Lives of Poets and Other Stuff
The wee hours, a few days before Thanksgiving. Done with sleeping, done with dreaming, I’m standing in my library watching shadows play along the bookshelves. What to do? A famous philosopher once heard a voice out of nowhere say: “Pick up and read.” So he did, and his life was turned around. It’s dead quiet where I’m standing, thus no help coming from that direction.
I need to liven things up. I reach into the shadows and pull out a book: “Lives of the Poets”, or something like it. I open it at random and read: “When Delmore Schwartz died in 1966, he was living in a seedy hotel near Times Square, believed that he was being pursued by the Rockefellers, who were damaging his brain with rays sent out from the Empire State Building, and had alienated himself from practically all of his former friends and admirers.” Enough of that. I flip to another page and read about a poet who jumped to his death from a boat. Another page and another poet jumps from a bridge. Another and another. What’s going on? One gasses herself in an oven, another in a garage. One kills himself with a gun, another with drink, another simply disappears into the California bush never to be seen again. What kind of book is this? I don’t need a voice out of nowhere to tell me: “Stop reading this stuff and put it away.” I put it away. It’s time to take the collie for a walk.

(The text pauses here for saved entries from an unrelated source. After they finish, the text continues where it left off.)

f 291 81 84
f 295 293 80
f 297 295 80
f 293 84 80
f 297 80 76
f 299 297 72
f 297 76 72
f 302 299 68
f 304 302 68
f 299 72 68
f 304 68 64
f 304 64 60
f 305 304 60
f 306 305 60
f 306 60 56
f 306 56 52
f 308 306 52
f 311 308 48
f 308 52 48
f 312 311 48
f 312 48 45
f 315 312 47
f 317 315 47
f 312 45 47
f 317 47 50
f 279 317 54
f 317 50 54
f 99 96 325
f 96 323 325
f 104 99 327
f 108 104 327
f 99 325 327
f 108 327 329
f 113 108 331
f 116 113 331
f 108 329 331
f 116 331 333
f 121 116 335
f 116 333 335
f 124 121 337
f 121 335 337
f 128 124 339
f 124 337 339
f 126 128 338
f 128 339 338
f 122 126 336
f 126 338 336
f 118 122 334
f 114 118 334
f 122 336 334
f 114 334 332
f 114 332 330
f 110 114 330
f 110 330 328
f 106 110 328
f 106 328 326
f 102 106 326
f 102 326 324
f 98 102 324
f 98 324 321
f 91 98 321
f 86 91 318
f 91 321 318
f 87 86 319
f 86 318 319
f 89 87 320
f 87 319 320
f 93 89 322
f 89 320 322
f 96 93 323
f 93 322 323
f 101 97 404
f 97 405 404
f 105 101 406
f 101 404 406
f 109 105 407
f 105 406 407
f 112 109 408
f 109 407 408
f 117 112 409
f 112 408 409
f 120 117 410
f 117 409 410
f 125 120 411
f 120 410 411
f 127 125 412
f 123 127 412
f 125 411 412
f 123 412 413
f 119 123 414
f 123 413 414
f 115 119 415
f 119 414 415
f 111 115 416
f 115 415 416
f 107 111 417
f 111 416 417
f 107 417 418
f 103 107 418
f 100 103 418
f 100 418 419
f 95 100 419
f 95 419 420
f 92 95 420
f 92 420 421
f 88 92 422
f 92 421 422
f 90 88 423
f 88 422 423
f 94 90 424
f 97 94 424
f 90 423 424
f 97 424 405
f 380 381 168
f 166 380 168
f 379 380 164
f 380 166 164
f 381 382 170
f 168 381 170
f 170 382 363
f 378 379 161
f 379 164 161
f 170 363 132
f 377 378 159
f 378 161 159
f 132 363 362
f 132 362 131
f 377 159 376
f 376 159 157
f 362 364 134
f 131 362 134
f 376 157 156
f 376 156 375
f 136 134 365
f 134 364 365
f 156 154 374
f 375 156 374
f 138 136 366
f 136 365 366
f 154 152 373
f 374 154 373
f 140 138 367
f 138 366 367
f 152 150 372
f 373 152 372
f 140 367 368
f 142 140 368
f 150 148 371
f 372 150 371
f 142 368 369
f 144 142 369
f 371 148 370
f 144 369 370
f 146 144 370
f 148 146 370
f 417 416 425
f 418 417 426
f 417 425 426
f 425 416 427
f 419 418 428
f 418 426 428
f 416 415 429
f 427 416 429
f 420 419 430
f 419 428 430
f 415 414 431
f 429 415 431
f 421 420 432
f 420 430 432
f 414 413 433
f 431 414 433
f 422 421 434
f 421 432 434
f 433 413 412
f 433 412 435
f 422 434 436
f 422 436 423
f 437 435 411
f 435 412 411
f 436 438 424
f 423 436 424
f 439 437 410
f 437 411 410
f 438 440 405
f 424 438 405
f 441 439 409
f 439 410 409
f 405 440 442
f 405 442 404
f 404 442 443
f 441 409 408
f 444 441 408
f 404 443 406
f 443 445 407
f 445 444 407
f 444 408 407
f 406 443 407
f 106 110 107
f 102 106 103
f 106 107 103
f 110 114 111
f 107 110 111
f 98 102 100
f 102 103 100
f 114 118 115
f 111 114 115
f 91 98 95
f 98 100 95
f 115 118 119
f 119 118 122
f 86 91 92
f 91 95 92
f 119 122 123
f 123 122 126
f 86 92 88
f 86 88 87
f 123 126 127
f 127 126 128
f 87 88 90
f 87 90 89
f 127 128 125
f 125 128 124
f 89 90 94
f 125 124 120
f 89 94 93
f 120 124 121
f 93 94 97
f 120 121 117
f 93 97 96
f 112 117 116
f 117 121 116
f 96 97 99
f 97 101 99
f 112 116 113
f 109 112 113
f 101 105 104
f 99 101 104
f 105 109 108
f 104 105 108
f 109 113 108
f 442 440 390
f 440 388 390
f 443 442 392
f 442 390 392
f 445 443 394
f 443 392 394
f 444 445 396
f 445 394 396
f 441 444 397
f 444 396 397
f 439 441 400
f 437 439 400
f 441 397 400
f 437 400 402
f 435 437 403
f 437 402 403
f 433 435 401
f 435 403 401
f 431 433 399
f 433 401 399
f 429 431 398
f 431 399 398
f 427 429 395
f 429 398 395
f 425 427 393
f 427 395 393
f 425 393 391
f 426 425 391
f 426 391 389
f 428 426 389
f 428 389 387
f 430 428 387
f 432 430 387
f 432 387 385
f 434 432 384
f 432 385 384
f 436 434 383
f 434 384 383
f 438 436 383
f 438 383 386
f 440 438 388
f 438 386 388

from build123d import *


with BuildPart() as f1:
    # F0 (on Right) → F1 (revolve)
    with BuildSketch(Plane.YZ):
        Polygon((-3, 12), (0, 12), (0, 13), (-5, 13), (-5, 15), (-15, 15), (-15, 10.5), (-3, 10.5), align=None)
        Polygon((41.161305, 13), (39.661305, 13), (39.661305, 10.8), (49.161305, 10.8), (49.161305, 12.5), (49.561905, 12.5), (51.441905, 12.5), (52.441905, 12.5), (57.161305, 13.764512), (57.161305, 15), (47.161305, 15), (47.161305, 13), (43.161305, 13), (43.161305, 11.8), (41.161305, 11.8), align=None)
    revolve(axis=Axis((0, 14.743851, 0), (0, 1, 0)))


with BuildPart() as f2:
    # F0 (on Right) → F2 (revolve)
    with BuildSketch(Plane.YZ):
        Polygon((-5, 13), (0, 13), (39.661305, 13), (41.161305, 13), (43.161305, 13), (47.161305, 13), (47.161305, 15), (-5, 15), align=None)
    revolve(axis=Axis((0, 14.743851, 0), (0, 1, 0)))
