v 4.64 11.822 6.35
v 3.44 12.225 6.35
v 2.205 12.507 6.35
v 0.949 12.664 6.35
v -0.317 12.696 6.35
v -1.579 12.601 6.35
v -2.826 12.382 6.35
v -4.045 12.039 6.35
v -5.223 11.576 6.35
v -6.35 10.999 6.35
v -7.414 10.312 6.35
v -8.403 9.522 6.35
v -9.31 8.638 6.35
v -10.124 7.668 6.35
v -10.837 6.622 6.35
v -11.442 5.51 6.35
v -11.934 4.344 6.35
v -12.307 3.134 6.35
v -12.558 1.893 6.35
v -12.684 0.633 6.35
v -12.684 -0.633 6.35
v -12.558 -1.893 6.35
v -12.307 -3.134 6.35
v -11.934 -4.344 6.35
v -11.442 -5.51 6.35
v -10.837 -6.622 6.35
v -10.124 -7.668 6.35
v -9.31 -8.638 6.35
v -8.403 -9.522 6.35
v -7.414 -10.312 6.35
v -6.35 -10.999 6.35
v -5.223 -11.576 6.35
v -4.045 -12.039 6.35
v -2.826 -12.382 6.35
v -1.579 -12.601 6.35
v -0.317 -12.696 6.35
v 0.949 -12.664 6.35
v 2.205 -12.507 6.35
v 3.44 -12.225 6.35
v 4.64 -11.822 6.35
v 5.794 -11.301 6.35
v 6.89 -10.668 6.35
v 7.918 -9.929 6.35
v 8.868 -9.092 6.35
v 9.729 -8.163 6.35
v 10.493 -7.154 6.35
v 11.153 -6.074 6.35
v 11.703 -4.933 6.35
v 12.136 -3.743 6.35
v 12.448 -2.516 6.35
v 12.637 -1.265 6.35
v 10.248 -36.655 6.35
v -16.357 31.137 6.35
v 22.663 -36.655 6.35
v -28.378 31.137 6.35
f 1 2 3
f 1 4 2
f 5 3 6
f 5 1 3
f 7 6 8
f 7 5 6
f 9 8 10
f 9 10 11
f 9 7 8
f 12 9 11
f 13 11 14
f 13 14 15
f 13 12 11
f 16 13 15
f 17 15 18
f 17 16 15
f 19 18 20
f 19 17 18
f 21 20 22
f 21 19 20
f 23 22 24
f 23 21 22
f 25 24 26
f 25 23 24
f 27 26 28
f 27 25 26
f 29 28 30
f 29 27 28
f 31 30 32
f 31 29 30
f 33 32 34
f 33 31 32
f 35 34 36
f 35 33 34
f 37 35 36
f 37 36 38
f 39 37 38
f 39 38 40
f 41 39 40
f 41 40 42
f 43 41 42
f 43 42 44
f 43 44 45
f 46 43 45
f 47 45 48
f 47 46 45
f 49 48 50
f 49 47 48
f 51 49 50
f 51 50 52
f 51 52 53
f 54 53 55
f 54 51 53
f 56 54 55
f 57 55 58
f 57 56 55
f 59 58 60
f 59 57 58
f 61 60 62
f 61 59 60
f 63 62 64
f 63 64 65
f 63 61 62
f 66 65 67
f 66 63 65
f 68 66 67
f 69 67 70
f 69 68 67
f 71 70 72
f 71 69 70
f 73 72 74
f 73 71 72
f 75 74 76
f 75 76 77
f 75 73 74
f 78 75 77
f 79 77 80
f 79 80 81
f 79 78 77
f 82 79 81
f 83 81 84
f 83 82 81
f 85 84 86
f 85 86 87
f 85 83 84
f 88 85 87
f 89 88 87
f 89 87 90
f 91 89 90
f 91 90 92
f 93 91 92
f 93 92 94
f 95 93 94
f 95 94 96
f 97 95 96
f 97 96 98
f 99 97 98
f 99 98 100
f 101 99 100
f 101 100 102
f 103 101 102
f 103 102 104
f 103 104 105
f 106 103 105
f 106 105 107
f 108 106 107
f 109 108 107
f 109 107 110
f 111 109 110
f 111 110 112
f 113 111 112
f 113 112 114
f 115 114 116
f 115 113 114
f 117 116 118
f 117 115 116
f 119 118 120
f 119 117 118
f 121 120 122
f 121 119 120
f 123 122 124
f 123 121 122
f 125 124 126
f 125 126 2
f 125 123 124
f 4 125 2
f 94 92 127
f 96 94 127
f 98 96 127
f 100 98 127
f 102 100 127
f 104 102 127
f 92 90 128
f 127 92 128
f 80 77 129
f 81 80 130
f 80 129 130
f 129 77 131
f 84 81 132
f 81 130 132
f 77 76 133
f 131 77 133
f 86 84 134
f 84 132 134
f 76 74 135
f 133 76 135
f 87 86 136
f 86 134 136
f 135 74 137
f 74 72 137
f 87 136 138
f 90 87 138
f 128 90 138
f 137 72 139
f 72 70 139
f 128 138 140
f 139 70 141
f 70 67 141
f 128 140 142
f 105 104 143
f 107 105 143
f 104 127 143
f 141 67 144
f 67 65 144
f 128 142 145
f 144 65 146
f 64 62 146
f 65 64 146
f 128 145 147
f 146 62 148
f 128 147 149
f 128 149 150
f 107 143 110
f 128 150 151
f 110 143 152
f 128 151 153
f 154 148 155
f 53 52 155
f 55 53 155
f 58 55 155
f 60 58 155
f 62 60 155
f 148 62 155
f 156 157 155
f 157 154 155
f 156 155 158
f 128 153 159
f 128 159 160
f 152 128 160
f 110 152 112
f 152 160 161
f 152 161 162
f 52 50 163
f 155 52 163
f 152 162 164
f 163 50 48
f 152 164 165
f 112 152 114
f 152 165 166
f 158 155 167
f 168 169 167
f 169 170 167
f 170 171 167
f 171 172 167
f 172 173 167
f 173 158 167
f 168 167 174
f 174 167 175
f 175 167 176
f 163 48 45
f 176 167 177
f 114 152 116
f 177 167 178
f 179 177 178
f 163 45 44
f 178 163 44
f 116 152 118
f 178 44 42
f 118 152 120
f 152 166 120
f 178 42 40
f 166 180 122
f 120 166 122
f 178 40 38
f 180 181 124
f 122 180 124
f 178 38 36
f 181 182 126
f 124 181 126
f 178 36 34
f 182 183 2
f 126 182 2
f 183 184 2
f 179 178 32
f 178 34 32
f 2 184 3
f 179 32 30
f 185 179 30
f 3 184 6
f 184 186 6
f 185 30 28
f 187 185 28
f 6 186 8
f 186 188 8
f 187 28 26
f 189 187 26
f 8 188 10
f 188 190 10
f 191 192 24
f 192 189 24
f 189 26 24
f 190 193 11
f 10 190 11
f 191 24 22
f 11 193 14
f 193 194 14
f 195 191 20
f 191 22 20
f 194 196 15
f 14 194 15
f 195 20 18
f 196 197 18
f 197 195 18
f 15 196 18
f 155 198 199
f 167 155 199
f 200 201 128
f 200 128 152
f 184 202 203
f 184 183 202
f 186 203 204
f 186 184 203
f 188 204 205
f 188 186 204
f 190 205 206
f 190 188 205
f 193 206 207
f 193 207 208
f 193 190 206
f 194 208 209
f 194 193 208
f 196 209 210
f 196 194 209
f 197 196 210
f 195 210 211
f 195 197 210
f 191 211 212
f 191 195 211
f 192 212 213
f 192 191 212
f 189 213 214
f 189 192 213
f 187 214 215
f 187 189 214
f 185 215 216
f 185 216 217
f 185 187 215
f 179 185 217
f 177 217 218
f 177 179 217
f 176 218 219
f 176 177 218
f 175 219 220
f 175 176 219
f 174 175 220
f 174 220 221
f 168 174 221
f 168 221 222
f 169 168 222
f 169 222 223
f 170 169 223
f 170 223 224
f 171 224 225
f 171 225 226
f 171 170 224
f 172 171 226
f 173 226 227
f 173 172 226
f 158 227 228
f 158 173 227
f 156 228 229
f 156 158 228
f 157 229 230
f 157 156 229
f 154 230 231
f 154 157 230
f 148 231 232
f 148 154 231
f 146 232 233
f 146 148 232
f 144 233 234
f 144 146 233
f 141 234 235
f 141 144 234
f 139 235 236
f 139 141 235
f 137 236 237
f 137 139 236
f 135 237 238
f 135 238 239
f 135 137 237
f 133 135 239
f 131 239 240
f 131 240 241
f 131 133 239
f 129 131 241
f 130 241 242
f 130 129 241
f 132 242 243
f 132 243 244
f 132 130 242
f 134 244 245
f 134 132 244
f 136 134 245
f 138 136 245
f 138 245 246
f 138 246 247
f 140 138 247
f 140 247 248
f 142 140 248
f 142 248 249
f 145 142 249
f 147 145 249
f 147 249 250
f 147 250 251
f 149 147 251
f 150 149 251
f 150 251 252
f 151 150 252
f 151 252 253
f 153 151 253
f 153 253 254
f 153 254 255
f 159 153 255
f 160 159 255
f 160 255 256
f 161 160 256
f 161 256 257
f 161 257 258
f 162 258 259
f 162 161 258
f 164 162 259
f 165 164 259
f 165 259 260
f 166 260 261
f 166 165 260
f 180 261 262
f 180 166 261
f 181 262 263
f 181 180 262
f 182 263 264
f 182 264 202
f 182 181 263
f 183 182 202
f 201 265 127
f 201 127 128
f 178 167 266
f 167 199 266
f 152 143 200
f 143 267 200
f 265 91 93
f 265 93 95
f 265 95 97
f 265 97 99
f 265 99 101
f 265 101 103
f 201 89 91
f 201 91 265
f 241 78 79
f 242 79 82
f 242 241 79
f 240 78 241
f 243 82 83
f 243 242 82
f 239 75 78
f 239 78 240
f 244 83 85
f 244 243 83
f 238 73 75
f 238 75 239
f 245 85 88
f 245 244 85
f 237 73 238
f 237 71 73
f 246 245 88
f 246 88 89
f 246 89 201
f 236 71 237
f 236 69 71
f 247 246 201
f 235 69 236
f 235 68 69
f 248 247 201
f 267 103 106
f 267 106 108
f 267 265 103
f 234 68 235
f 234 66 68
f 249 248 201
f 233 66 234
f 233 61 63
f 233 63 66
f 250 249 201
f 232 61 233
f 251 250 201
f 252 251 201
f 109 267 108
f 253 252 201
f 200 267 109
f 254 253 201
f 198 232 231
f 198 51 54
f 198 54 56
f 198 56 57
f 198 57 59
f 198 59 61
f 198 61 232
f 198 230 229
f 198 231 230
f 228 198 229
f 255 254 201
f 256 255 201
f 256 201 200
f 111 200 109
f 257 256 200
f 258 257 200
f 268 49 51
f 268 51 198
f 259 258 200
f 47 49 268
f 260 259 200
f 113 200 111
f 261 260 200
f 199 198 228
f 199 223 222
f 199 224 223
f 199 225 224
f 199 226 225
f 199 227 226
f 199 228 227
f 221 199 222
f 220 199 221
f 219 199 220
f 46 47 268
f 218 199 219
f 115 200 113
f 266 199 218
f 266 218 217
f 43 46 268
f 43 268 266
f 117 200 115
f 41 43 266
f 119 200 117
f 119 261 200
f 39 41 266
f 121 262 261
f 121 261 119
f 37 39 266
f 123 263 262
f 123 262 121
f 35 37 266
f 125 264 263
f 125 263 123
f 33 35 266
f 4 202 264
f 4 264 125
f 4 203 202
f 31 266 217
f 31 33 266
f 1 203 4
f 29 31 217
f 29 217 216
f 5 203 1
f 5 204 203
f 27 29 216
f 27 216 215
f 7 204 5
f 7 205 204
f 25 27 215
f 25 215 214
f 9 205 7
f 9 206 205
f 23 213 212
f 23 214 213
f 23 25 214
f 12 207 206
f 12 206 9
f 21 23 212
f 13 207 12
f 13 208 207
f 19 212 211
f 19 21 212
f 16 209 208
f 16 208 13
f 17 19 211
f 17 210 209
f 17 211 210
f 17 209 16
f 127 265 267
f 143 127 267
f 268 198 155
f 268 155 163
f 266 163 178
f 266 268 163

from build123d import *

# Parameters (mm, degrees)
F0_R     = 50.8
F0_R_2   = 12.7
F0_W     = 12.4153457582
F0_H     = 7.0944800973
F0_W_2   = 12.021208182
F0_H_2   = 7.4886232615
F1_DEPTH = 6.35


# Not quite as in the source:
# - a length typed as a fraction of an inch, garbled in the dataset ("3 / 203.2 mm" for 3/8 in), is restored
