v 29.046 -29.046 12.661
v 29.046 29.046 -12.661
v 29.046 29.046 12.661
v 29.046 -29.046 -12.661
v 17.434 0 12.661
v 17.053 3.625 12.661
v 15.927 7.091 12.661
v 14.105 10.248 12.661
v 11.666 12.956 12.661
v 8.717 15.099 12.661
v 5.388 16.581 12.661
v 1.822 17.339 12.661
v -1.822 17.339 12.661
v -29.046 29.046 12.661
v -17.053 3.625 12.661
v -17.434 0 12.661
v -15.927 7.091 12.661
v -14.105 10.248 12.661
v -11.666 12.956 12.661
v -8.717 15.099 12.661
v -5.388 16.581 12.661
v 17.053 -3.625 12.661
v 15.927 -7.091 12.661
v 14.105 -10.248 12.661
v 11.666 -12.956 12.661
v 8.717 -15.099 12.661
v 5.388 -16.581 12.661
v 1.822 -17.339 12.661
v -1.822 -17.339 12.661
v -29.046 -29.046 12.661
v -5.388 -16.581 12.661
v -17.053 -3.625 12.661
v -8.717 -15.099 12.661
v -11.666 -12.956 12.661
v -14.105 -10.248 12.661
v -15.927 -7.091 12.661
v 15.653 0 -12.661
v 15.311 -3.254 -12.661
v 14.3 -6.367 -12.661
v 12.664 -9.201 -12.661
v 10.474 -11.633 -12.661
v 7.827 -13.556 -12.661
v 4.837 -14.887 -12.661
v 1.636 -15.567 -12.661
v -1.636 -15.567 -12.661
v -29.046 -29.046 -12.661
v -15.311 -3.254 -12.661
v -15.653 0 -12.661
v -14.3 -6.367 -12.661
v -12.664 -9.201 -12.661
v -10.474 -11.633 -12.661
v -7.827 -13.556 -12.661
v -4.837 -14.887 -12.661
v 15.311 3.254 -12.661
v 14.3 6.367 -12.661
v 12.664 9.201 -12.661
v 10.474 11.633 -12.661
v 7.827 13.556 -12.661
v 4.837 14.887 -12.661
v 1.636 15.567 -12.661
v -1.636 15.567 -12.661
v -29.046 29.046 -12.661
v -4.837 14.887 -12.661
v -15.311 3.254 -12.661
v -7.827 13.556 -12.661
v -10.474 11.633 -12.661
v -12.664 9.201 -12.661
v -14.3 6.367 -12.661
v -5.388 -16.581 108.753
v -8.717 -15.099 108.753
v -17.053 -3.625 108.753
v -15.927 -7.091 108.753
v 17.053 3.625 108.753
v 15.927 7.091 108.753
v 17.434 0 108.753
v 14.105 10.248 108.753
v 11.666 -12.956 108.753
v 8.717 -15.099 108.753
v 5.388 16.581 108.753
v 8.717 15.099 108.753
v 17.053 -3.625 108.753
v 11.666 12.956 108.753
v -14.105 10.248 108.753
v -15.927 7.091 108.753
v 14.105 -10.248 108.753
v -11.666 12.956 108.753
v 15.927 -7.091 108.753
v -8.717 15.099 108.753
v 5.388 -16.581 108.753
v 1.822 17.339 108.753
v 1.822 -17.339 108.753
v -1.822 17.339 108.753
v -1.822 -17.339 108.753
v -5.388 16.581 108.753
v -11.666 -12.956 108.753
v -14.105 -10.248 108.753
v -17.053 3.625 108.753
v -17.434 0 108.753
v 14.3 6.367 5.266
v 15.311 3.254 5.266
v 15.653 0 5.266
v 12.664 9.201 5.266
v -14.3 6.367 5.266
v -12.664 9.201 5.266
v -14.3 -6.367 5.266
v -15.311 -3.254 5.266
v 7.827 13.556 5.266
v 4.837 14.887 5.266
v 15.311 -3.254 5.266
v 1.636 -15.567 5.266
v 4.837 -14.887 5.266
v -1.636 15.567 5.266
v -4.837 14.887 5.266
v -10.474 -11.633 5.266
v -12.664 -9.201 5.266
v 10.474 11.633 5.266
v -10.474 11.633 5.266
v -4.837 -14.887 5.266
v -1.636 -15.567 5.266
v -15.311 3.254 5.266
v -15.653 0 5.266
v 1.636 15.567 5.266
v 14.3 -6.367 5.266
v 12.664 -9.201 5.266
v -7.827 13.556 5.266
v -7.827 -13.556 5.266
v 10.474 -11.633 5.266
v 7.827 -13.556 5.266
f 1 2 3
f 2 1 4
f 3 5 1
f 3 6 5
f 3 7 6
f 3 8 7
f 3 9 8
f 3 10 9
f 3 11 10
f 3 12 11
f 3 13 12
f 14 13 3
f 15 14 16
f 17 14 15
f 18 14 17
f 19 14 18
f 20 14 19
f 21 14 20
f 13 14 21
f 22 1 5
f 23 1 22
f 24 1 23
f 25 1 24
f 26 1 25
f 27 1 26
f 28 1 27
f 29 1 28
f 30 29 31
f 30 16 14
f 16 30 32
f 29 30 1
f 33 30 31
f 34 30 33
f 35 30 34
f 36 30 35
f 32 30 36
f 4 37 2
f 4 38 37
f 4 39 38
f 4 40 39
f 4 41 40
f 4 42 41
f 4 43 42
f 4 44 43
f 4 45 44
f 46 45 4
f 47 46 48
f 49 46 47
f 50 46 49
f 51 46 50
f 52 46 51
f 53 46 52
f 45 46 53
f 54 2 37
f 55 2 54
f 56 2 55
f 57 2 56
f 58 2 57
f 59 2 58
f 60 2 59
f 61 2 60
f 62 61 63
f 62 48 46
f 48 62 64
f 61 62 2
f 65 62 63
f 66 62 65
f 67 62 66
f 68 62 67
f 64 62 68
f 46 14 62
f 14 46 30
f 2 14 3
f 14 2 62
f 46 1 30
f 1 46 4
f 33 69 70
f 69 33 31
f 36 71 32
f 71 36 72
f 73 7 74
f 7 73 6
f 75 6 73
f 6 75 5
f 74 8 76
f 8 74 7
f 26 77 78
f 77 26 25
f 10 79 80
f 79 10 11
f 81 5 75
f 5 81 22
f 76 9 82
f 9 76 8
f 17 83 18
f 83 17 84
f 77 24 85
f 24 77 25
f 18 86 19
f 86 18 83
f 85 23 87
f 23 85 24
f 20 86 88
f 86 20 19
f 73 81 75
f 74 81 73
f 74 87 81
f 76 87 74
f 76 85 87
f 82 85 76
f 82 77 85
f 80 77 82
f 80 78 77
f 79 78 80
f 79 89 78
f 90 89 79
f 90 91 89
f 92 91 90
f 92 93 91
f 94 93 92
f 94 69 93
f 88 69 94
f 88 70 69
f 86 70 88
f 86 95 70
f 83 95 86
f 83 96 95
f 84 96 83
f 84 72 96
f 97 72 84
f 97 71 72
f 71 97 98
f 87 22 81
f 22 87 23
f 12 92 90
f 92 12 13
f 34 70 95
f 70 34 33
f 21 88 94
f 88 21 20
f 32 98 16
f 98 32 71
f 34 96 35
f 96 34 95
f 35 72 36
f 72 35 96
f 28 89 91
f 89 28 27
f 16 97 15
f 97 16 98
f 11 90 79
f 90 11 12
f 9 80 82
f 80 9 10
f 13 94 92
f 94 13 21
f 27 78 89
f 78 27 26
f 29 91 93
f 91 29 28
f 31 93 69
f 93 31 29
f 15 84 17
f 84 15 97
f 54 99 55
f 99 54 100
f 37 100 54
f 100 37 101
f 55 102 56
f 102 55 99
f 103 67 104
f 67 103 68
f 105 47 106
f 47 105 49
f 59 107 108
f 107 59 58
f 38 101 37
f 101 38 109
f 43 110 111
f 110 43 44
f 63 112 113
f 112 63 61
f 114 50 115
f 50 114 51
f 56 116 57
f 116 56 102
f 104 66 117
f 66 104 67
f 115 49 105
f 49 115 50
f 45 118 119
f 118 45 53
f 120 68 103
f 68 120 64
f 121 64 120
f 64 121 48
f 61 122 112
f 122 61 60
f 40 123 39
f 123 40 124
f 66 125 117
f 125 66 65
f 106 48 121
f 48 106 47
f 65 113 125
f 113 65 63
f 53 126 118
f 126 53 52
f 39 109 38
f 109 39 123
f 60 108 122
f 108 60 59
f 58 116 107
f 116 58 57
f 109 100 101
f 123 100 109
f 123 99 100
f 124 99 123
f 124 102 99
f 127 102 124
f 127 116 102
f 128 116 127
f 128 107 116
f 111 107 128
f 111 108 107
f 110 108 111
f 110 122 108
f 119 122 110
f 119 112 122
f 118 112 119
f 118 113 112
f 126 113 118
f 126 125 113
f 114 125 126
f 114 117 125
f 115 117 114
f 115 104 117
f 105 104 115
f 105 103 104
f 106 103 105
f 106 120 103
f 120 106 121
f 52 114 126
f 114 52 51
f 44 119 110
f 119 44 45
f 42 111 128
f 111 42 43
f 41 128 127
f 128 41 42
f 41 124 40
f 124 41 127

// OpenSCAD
seed = 7;
seeds = rands(0,1000000,10,seed);
head_size = rands(50,100,1,seeds[1])[0];
head_length = rands(10,40,1,seeds[2])[0];
bolt_length = rands(head_length*2,200,1,seeds[3])[0];
bolt_radius = rands(head_size/5, head_size/3,seeds[0])[0];
cylinder_radius = rands(head_size/6, head_size/3,1, seeds[4])[0];
cylinder_length = rands(head_length, head_length*1.5,1, seeds[5])[0];

difference(){
    union(){
        cube([head_size,head_size,head_length], center=true);
        cylinder(bolt_length,bolt_radius,bolt_radius);
    }
    translate([0,0,-head_length/2]){
        cylinder(cylinder_length, cylinder_radius, cylinder_radius, true);
    }
}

We set out. It’s 5 a.m. and still dark. Our road runs up a hill past empty houses and thick woods. The collie is the color of night with a bright mane. He has his own agenda and likes to run ahead on the unlit road. I often lose sight of him, which is why I make him wear a set of bells. The ear sees better than I. He’s way down the road now, just a distant jingling.
I trudge on through the dark and finally catch up to him. He’s pooping. When he finishes his business, I reach down with my hand sheathed in a black plastic bag and pick it up to carry home.
Better than the lives of poets, a good dump along the side of the road.